REPUBLIKA.CO.ID, JAKARTA — Ada kelompok masyarakat yang mengaku sebagai pemasang pagar laut di perairan Tangerang. Mereka berdalih pemagaran dilakukan secara mandiri sebagai langkah antisipasi abrasi dan meningkatkan nilai ekonomi nelayan, hal tersebut tidak berdasar.
Namun Ketua Ombudsman Provinsi Banten Fadli Afriadi menilai alasan mereka tidak masuk akal. “Kalau berdasarkan pendapat para ahli perikanan dan kelautan juga tidak masuk akal karena alasan yang diberikan, kita bisa lihat sendiri, apakah tangkapannya bertambah, tangkapannya bertambah, ada kerang-kerangan, apa saja, macam-macam, sepertinya tidak mungkin,” kata Fadli di Tangerang, Rabu (15/1/2025).
Menurut dia, situasi saat ini terjadi dengan hadirnya pagar tersebut laut Hal ini dinilai dapat menurunkan nilai tambah nelayan. Hal ini berdasarkan hasil diskusi dengan pakar perikanan dan kelautan. “Kita lihat sendiri apakah tangkapannya bisa bertambah, tangkapannya bertambah. Namun segala macam, sepertinya mustahil,” kata Fadli.
Sementara itu, Direktur Pengawasan Sumber Daya Perikanan Kementerian Kelautan dan Perikanan Halid K. Jusuf mengatakan, pihaknya segera menyegel pagar laut untuk menyelidiki kerusakan ekosistem laut. Jadi bukan tidak mungkin akan berujung pada proses pidana, sehingga kami hadir untuk melakukan penegakan hukum terhadap siapapun yang melakukan kegiatan tersebut. Dengan polemik berkepanjangan ini, pasti akan muncul siapa yang bertanggung jawab, jelasnya.
Halid mengatakan, pihaknya akan bekerja sama dengan instansi lain untuk mencari pelaku pagar laut. Pasalnya, meski ada kelompok masyarakat yang mengaku memasang bambu tersebut, namun mereka tidak bisa dimintai pertanggungjawaban.
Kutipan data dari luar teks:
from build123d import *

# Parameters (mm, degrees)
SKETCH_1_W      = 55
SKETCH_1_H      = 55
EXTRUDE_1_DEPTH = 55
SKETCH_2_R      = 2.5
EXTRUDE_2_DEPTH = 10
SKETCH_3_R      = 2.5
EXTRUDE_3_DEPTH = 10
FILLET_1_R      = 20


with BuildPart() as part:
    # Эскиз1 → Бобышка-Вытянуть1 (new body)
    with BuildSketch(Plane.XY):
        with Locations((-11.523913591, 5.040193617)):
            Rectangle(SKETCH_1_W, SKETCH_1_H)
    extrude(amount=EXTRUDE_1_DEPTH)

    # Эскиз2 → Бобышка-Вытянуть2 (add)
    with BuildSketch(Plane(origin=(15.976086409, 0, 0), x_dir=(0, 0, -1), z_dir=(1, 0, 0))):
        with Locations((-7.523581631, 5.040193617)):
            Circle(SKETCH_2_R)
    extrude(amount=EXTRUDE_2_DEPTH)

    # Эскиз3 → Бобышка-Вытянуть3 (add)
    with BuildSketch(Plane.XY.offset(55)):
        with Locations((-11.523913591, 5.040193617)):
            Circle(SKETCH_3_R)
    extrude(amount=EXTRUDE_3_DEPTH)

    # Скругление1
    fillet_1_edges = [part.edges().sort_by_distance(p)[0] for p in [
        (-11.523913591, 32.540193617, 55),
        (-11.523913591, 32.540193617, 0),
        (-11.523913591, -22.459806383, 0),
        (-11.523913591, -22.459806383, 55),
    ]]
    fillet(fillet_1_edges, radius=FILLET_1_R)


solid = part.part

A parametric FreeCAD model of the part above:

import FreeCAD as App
import Part
import Sketcher
from FreeCAD import Vector


def edges_at(feature, points):
    """Names of the edges that pass closest to the given points."""
    edges = feature.Shape.Edges
    near = lambda p: min(range(len(edges)), key=lambda i: edges[i].distToShape(Part.Vertex(*p))[0])
    return sorted({f"Edge{near(p) + 1}" for p in points})

doc = App.newDocument("Part")
body = doc.addObject("PartDesign::Body", "Body")

sketch1 = body.newObject("Sketcher::SketchObject", "Sketch")
sketch1.AttachmentSupport = (doc.getObject("XY_Plane"), [""])
sketch1.MapMode = "FlatFace"
sketch1.addGeometry(Part.LineSegment(Vector(-39.023914, 32.540194, 0), Vector(-39.023914, -22.459806, 0)), False)
sketch1.addGeometry(Part.LineSegment(Vector(-39.023914, -22.459806, 0), Vector(15.976086, -22.459806, 0)), False)
sketch1.addGeometry(Part.LineSegment(Vector(15.976086, -22.459806, 0), Vector(15.976086, 32.540194, 0)), False)
sketch1.addGeometry(Part.LineSegment(Vector(15.976086, 32.540194, 0), Vector(-39.023914, 32.540194, 0)), False)
sketch1.addConstraint(Sketcher.Constraint("Coincident", 0, 2, 1, 1))
sketch1.addConstraint(Sketcher.Constraint("Coincident", 1, 2, 2, 1))
sketch1.addConstraint(Sketcher.Constraint("Coincident", 2, 2, 3, 1))
sketch1.addConstraint(Sketcher.Constraint("Coincident", 3, 2, 0, 1))
sketch1.addConstraint(Sketcher.Constraint("Vertical", 0))
sketch1.addConstraint(Sketcher.Constraint("Horizontal", 1))
sketch1.addConstraint(Sketcher.Constraint("Vertical", 2))
sketch1.addConstraint(Sketcher.Constraint("Horizontal", 3))
sketch1.addConstraint(Sketcher.Constraint("Equal", 3, 0))
sketch1.addConstraint(Sketcher.Constraint("DistanceX", 1, 1, 1, 2, 55.0))
sketch1.addConstraint(Sketcher.Constraint("DistanceX", 0, 2, -1, 1, 39.023914))
sketch1.addConstraint(Sketcher.Constraint("DistanceY", 0, 2, -1, 1, 22.459806))
pad1 = body.newObject("PartDesign::Pad", "Pad")
pad1.Profile = sketch1
pad1.Length = 55

sketch2 = body.newObject("Sketcher::SketchObject", "Sketch001")
sketch2.AttachmentSupport = (doc.getObject("YZ_Plane"), [""])
sketch2.MapMode = "FlatFace"
sketch2.AttachmentOffset = App.Placement(Vector(0, 0, 15.976086), App.Rotation())
sketch2.addGeometry(Part.Circle(Vector(5.040194, 7.523582, 0), Vector(0, 0, 1), 2.5), False)
sketch2.addConstraint(Sketcher.Constraint("Diameter", 0, 5.0))
sketch2.addConstraint(Sketcher.Constraint("DistanceY", -1, 1, 0, 3, 7.523582))
sketch2.addConstraint(Sketcher.Constraint("DistanceX", -1, 1, 0, 3, 5.040194))
pad2 = body.newObject("PartDesign::Pad", "Pad001")
pad2.Profile = sketch2
pad2.Length = 10

sketch3 = body.newObject("Sketcher::SketchObject", "Sketch002")
sketch3.AttachmentSupport = (doc.getObject("XY_Plane"), [""])
sketch3.MapMode = "FlatFace"
sketch3.AttachmentOffset = App.Placement(Vector(0, 0, 55), App.Rotation())
sketch3.addGeometry(Part.Circle(Vector(-11.523914, 5.040194, 0), Vector(0, 0, 1), 2.5), False)
sketch3.addConstraint(Sketcher.Constraint("Diameter", 0, 5.0))
sketch3.addConstraint(Sketcher.Constraint("DistanceX", 0, 3, -1, 1, 11.523914))
sketch3.addConstraint(Sketcher.Constraint("DistanceY", -1, 1, 0, 3, 5.040194))
pad3 = body.newObject("PartDesign::Pad", "Pad002")
pad3.Profile = sketch3
pad3.Length = 10
doc.recompute()

fillet = body.newObject("PartDesign::Fillet", "Fillet")
fillet.Base = (pad3, edges_at(pad3, [
    (-11.524, 32.54, 55),
    (-11.524, 32.54, 0),
    (-11.524, -22.46, 0),
    (-11.524, -22.46, 55),
]))
fillet.Radius = 20

doc.recompute()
“Tentu kita lihat reaksi apa yang muncul, yang jelas pemerintah hadir untuk menegakkan aturan sesuai aturan yang ada,” ujarnya. Sebelumnya, Kepala Dinas Kelautan dan Perikanan (DKP) Provinsi Banten Eli Susiyanti mengatakan klaim pagar bambu sepanjang 30,16 kilometer yang dibentangkan di laut di pesisir utara Kabupaten Tangerang untuk mencegah abrasi perlu dibuktikan.
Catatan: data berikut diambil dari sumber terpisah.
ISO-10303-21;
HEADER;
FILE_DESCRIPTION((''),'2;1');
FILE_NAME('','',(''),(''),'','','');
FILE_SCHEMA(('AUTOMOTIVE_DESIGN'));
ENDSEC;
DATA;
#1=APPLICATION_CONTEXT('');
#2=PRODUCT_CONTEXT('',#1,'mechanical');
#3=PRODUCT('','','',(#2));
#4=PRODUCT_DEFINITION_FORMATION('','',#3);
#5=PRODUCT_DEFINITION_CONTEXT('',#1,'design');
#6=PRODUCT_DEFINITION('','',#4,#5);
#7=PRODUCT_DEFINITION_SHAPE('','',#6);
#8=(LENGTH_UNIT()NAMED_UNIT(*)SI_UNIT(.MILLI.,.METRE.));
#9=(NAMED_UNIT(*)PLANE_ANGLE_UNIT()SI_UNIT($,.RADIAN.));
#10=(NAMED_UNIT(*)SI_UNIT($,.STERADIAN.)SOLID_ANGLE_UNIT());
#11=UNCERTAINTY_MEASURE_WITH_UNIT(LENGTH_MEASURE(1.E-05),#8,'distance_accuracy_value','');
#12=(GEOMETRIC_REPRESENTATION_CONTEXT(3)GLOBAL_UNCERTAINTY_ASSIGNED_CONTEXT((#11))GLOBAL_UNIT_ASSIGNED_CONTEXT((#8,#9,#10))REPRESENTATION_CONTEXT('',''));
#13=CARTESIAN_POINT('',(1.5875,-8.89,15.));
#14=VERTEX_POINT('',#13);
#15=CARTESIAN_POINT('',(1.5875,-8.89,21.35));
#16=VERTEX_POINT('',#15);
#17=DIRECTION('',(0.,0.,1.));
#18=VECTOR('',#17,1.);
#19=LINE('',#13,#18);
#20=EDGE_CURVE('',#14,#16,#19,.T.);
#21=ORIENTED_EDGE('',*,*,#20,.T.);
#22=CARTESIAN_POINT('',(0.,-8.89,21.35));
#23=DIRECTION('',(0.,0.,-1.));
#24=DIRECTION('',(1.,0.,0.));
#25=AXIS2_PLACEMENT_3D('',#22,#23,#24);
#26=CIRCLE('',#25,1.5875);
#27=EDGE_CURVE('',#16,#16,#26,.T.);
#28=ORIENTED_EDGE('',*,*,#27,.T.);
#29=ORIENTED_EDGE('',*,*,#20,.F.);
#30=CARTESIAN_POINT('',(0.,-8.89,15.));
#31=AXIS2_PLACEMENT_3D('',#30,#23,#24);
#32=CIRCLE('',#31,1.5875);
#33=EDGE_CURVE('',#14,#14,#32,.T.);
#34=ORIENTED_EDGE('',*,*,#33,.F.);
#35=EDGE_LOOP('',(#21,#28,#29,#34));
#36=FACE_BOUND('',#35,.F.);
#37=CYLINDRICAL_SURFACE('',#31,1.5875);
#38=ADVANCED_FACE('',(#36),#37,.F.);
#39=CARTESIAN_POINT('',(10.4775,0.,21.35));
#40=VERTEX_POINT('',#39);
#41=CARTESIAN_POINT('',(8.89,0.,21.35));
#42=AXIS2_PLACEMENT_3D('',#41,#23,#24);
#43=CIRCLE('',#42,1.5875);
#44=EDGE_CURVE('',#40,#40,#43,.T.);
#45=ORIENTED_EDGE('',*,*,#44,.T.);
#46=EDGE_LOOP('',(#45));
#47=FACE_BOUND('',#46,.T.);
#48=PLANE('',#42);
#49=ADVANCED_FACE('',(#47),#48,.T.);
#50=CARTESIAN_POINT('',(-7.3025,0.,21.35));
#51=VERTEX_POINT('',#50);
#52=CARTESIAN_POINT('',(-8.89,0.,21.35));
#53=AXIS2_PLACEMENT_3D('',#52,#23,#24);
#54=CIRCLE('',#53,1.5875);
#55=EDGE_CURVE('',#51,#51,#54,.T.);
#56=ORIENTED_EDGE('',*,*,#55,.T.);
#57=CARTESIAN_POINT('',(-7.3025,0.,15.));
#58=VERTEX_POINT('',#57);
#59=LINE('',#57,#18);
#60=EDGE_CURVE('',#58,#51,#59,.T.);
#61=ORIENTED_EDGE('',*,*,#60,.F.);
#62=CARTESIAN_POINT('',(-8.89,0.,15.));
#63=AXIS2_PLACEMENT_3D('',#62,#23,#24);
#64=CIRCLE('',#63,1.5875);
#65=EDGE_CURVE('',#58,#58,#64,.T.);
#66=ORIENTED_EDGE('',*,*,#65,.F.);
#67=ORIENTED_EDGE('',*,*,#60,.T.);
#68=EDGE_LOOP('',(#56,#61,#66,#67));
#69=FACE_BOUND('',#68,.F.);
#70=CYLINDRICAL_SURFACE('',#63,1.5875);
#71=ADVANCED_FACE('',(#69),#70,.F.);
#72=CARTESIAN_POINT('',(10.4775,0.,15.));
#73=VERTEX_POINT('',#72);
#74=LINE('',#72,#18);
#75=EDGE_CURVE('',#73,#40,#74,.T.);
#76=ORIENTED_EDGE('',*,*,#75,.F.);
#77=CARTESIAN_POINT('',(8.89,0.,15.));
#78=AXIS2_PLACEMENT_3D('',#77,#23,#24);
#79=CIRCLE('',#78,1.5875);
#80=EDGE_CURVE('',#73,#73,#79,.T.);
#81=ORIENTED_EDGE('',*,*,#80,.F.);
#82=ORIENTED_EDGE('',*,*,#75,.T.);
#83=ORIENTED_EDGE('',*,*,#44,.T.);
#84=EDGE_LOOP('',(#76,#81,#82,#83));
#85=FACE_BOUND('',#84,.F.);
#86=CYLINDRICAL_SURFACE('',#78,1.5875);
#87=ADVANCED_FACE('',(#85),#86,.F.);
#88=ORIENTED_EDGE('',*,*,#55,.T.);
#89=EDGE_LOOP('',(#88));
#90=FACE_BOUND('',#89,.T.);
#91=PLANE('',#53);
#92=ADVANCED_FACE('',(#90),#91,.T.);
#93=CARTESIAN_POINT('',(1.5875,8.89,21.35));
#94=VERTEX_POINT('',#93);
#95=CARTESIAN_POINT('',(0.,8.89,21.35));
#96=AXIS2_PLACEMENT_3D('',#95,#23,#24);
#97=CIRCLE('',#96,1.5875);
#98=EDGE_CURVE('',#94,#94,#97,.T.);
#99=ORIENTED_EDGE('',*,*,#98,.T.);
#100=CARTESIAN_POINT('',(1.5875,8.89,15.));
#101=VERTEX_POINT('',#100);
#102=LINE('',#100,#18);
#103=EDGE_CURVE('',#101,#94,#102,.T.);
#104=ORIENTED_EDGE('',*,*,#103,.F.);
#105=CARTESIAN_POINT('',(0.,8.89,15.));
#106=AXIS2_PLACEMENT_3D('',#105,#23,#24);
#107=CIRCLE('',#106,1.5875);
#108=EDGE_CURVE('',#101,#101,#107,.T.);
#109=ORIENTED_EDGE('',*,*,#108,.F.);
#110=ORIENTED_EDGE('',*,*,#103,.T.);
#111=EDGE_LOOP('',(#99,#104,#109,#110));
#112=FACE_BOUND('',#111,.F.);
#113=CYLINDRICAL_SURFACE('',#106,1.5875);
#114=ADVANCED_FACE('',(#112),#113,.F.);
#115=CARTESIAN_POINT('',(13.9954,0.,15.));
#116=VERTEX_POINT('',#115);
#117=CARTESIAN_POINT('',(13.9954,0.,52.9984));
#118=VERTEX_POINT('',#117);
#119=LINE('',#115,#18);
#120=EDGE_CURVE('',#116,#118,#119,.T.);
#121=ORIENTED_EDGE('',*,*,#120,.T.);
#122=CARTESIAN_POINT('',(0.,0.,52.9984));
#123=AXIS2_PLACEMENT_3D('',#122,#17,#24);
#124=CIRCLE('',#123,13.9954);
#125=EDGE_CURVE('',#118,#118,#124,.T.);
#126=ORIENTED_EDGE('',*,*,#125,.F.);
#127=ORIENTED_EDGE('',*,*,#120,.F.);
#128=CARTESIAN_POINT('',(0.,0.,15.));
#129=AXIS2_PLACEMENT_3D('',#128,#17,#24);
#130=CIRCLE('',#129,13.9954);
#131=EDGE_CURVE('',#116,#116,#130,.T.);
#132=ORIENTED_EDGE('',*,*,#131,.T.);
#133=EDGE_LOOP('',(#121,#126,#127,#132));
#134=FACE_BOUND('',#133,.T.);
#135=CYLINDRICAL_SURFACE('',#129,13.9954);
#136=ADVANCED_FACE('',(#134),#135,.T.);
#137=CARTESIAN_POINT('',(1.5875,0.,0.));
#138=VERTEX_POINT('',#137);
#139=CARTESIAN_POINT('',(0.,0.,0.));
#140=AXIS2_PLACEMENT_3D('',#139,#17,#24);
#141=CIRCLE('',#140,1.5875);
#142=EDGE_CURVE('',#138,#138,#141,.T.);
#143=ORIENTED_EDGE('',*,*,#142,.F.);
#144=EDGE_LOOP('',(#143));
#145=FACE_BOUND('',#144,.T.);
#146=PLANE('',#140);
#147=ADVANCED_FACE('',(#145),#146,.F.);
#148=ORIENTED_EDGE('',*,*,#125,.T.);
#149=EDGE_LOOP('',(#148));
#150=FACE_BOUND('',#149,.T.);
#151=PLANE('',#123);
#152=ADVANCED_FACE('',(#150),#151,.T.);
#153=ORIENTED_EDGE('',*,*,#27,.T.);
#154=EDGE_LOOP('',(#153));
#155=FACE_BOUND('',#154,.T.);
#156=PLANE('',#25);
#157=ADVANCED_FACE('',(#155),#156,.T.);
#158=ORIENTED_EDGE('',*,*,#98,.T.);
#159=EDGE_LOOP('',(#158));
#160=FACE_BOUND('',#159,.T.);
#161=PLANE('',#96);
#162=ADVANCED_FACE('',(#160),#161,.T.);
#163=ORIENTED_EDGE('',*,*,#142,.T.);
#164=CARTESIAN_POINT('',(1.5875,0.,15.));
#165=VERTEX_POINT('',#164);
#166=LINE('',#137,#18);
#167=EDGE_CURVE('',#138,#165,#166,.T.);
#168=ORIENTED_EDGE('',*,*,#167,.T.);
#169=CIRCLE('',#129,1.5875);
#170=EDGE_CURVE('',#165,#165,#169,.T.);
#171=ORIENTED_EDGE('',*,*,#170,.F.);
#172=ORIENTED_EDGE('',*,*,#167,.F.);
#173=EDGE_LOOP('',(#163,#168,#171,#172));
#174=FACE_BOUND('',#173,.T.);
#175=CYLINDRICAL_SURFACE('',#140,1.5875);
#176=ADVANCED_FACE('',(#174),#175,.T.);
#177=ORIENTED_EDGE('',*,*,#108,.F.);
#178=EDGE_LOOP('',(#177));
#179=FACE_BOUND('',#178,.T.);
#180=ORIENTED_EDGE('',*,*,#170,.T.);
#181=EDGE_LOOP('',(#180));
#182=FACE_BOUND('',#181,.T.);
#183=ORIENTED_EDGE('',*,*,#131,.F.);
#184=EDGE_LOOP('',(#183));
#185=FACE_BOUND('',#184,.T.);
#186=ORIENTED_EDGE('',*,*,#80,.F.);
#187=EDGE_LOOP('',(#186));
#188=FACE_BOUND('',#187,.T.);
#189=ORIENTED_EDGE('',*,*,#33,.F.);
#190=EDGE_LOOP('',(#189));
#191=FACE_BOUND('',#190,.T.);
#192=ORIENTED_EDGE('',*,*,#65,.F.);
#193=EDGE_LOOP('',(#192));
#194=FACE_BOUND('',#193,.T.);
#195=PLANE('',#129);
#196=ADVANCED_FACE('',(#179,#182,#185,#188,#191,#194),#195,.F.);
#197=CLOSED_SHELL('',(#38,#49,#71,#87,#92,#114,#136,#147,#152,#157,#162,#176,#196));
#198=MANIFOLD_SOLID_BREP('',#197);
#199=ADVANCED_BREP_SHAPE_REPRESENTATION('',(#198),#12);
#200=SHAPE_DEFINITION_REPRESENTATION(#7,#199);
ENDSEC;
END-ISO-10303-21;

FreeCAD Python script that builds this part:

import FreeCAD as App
import Part
import Sketcher
from FreeCAD import Vector
Q = App.Units.Quantity

doc = App.newDocument("Part")
body = doc.addObject("PartDesign::Body", "Body")

# Sketch on XZ plane
sketch1 = body.newObject("Sketcher::SketchObject", "Sketch")
sketch1.AttachmentSupport = (doc.getObject("XZ_Plane"), [""])
sketch1.MapMode = "FlatFace"
sketch1.addGeometry(Part.LineSegment(Vector(0, 53, 0), Vector(0, 0, 0)), False)
sketch1.addGeometry(Part.LineSegment(Vector(0, 0, 0), Vector(1.6, 0, 0)), False)
sketch1.addGeometry(Part.LineSegment(Vector(1.6, 0, 0), Vector(1.6, 15, 0)), False)
sketch1.addGeometry(Part.LineSegment(Vector(1.6, 15, 0), Vector(14, 15, 0)), False)
sketch1.addGeometry(Part.LineSegment(Vector(14, 15, 0), Vector(14, 53, 0)), False)
sketch1.addGeometry(Part.LineSegment(Vector(14, 53, 0), Vector(0, 53, 0)), False)
sketch1.addConstraint(Sketcher.Constraint("Coincident", 0, 2, 1, 1))
sketch1.addConstraint(Sketcher.Constraint("Coincident", 1, 2, 2, 1))
sketch1.addConstraint(Sketcher.Constraint("Coincident", 2, 2, 3, 1))
sketch1.addConstraint(Sketcher.Constraint("Coincident", 3, 2, 4, 1))
sketch1.addConstraint(Sketcher.Constraint("Coincident", 4, 2, 5, 1))
sketch1.addConstraint(Sketcher.Constraint("Coincident", 5, 2, 0, 1))
sketch1.addConstraint(Sketcher.Constraint("Vertical", 0))
sketch1.addConstraint(Sketcher.Constraint("Horizontal", 1))
sketch1.addConstraint(Sketcher.Constraint("Vertical", 2))
sketch1.addConstraint(Sketcher.Constraint("Horizontal", 3))
sketch1.addConstraint(Sketcher.Constraint("Vertical", 4))
sketch1.addConstraint(Sketcher.Constraint("Horizontal", 5))
sketch1.addConstraint(Sketcher.Constraint("Coincident", 0, 2, -1, 1))
sketch1.addConstraint(Sketcher.Constraint("DistanceX", 1, 1, 1, 2, Q("0.0625 in")))
sketch1.addConstraint(Sketcher.Constraint("DistanceX", 5, 2, 5, 1, Q("0.551 in")))
sketch1.addConstraint(Sketcher.Constraint("DistanceY", 4, 1, 4, 2, Q("1.496 in")))
sketch1.addConstraint(Sketcher.Constraint("DistanceY", 0, 2, 0, 1, Q("52.9984 mm")))
revolution = body.newObject("PartDesign::Revolution", "Revolution")
revolution.Profile = sketch1
revolution.ReferenceAxis = (sketch1, ["V_Axis"])
revolution.Angle = 360

# Sketch on XY plane
sketch2 = body.newObject("Sketcher::SketchObject", "Sketch001")
sketch2.AttachmentSupport = (doc.getObject("XY_Plane"), [""])
sketch2.MapMode = "FlatFace"
sketch2.AttachmentOffset = App.Placement(Vector(0, 0, 15), App.Rotation())
sketch2.addGeometry(Part.Circle(Vector(8.9, 0, 0), Vector(0, 0, 1), 1.6), False)
sketch2.addGeometry(Part.Circle(Vector(0, -8.9, 0), Vector(0, 0, 1), 1.6), False)
sketch2.addGeometry(Part.Circle(Vector(0, 8.9, 0), Vector(0, 0, 1), 1.6), False)
sketch2.addGeometry(Part.Circle(Vector(-8.9, 0, 0), Vector(0, 0, 1), 1.6), False)
sketch2.addConstraint(Sketcher.Constraint("Equal", 0, 1))
sketch2.addConstraint(Sketcher.Constraint("Equal", 1, 2))
sketch2.addConstraint(Sketcher.Constraint("Equal", 2, 3))
sketch2.addConstraint(Sketcher.Constraint("Symmetric", 1, 3, 2, 3, -1, 1))
sketch2.addConstraint(Sketcher.Constraint("Symmetric", 0, 3, 3, 3, -1, 1))
sketch2.addConstraint(Sketcher.Constraint("PointOnObject", 0, 3, -1))
sketch2.addConstraint(Sketcher.Constraint("PointOnObject", 1, 3, -2))
sketch2.addConstraint(Sketcher.Constraint("Diameter", 0, Q("0.125 in")))
sketch2.addConstraint(Sketcher.Constraint("DistanceY", 1, 3, 2, 3, Q("0.7 in")))
sketch2.addConstraint(Sketcher.Constraint("DistanceX", 3, 3, 0, 3, Q("0.7 in")))
pocket1 = body.newObject("PartDesign::Pocket", "Pocket")
pocket1.Profile = sketch2
pocket1.Length = Q("0.25 in")
pocket1.Reversed = True

doc.recompute()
“Karena abrasinya sudah hilang, tidak apa-apa asalkan bisa dibuktikan, karena semua orang bisa mengklaimnya. Tinggal kita bersama-sama bagaimana membuktikannya,” ujarnya.
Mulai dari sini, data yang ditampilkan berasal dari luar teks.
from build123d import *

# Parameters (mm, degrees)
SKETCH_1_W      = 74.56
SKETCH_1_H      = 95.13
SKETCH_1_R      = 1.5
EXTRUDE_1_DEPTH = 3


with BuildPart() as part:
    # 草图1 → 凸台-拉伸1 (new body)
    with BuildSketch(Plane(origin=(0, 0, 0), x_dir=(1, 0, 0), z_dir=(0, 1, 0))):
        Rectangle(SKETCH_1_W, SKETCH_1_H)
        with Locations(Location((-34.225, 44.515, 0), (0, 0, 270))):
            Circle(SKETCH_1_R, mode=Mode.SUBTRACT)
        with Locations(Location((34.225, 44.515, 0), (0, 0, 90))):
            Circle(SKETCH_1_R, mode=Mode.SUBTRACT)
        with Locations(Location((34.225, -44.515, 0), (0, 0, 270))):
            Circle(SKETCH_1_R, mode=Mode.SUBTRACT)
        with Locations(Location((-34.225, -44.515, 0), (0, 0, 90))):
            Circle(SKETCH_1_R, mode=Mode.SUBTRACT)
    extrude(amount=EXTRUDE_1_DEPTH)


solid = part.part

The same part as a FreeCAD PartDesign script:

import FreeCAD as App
import Part
import Sketcher

V = App.Vector
Q = App.Units.Quantity


def add_polygon(sketch, points):
    """Adds a closed chain of lines whose ends are joined by coincident constraints."""
    first, n = sketch.GeometryCount, len(points)
    for a, b in zip(points, points[1:] + points[:1]):
        sketch.addGeometry(Part.LineSegment(App.Vector(*a, 0), App.Vector(*b, 0)), False)
    for i in range(n):
        sketch.addConstraint(Sketcher.Constraint("Coincident", first + i, 2, first + (i + 1) % n, 1))

doc = App.newDocument("Part")
params = doc.addObject("Spreadsheet::Sheet", "Params")
for row, (alias, value) in enumerate([
    ("sketch1_diameter", "3 mm"),
    ("sketch1_width", "74.56 mm"),
    ("sketch1_height", "95.13 mm"),
    ("pad1_length", "3 mm"),
], start=1):
    params.set(f"A{row}", alias)
    params.set(f"B{row}", "=" + value)
    params.setAlias(f"B{row}", alias)

body = doc.addObject("PartDesign::Body", "Body")

# Sketch on XZ plane
sketch1 = body.newObject("Sketcher::SketchObject", "Sketch")
sketch1.AttachmentSupport = (doc.getObject("XZ_Plane"), [""])
sketch1.MapMode = "FlatFace"
add_polygon(sketch1, [(-37.28, -47.565), (-37.28, 47.565), (37.28, 47.565), (37.28, -47.565)])  # lines 0-3
sketch1.addGeometry(Part.Circle(V(-34.225, 44.515, 0), V(0, 0, 1), 1.5), False)  # 4
sketch1.addGeometry(Part.Circle(V(34.225, 44.515, 0), V(0, 0, 1), 1.5), False)  # 5
sketch1.addGeometry(Part.Circle(V(-34.225, -44.515, 0), V(0, 0, 1), 1.5), False)  # 6
sketch1.addGeometry(Part.Circle(V(34.225, -44.515, 0), V(0, 0, 1), 1.5), False)  # 7
sketch1.addConstraint(Sketcher.Constraint("Vertical", 0))
sketch1.addConstraint(Sketcher.Constraint("Horizontal", 1))
sketch1.addConstraint(Sketcher.Constraint("Vertical", 2))
sketch1.addConstraint(Sketcher.Constraint("Horizontal", 3))
sketch1.addConstraint(Sketcher.Constraint("Equal", 4, 5))
sketch1.addConstraint(Sketcher.Constraint("Equal", 5, 6))
sketch1.addConstraint(Sketcher.Constraint("Equal", 6, 7))
sketch1.addConstraint(Sketcher.Constraint("Symmetric", 5, 3, 6, 3, -1, 1))
sketch1.addConstraint(Sketcher.Constraint("Symmetric", 4, 3, 7, 3, -1, 1))
sketch1.addConstraint(Sketcher.Constraint("Symmetric", 0, 2, 2, 2, -1, 1))
sketch1.addConstraint(Sketcher.Constraint("Symmetric", 4, 3, 5, 3, -2))
sketch1.addConstraint(Sketcher.Constraint("Diameter", 4, Q("3 mm")))
sketch1.addConstraint(Sketcher.Constraint("DistanceX", 1, 1, 1, 2, Q("74.56 mm")))
sketch1.addConstraint(Sketcher.Constraint("DistanceY", 0, 1, 0, 2, Q("95.13 mm")))
sketch1.addConstraint(Sketcher.Constraint("DistanceX", 4, 3, 5, 3, Q("68.45 mm")))
sketch1.addConstraint(Sketcher.Constraint("DistanceY", 6, 3, 4, 3, Q("89.03 mm")))
sketch1.setExpression("Constraints[15]", "Params.sketch1_diameter")
sketch1.setExpression("Constraints[16]", "Params.sketch1_width")
sketch1.setExpression("Constraints[17]", "Params.sketch1_height")
pad1 = body.newObject("PartDesign::Pad", "Pad")
pad1.Profile = sketch1
pad1.setExpression("Length", "Params.pad1_length")
pad1.Reversed = True

doc.recompute()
Pemerintah Provinsi Banten tetap berpegang teguh pada Peraturan Daerah Provinsi Banten Nomor 1 Tahun 2023 tentang Rencana Tata Ruang Wilayah Provinsi Banten Tahun 2023 – 2043, tentang pemanfaatan ruang laut dan zonasinya. Dijelaskannya, pagar laut tersebut melewati beberapa zona, yaitu zona perikanan tangkap, zona budidaya perikanan, zona pelabuhan perikanan, zona pelabuhan, dan zona pariwisata. Hal ini jelas melanggar rencana tata ruang wilayah (RTRW) dalam Perda. “Sampai saat ini kami belum menerima permohonan perubahan RTRW. Ada indikasi kepentingan umum dilanggar,” kata Eli.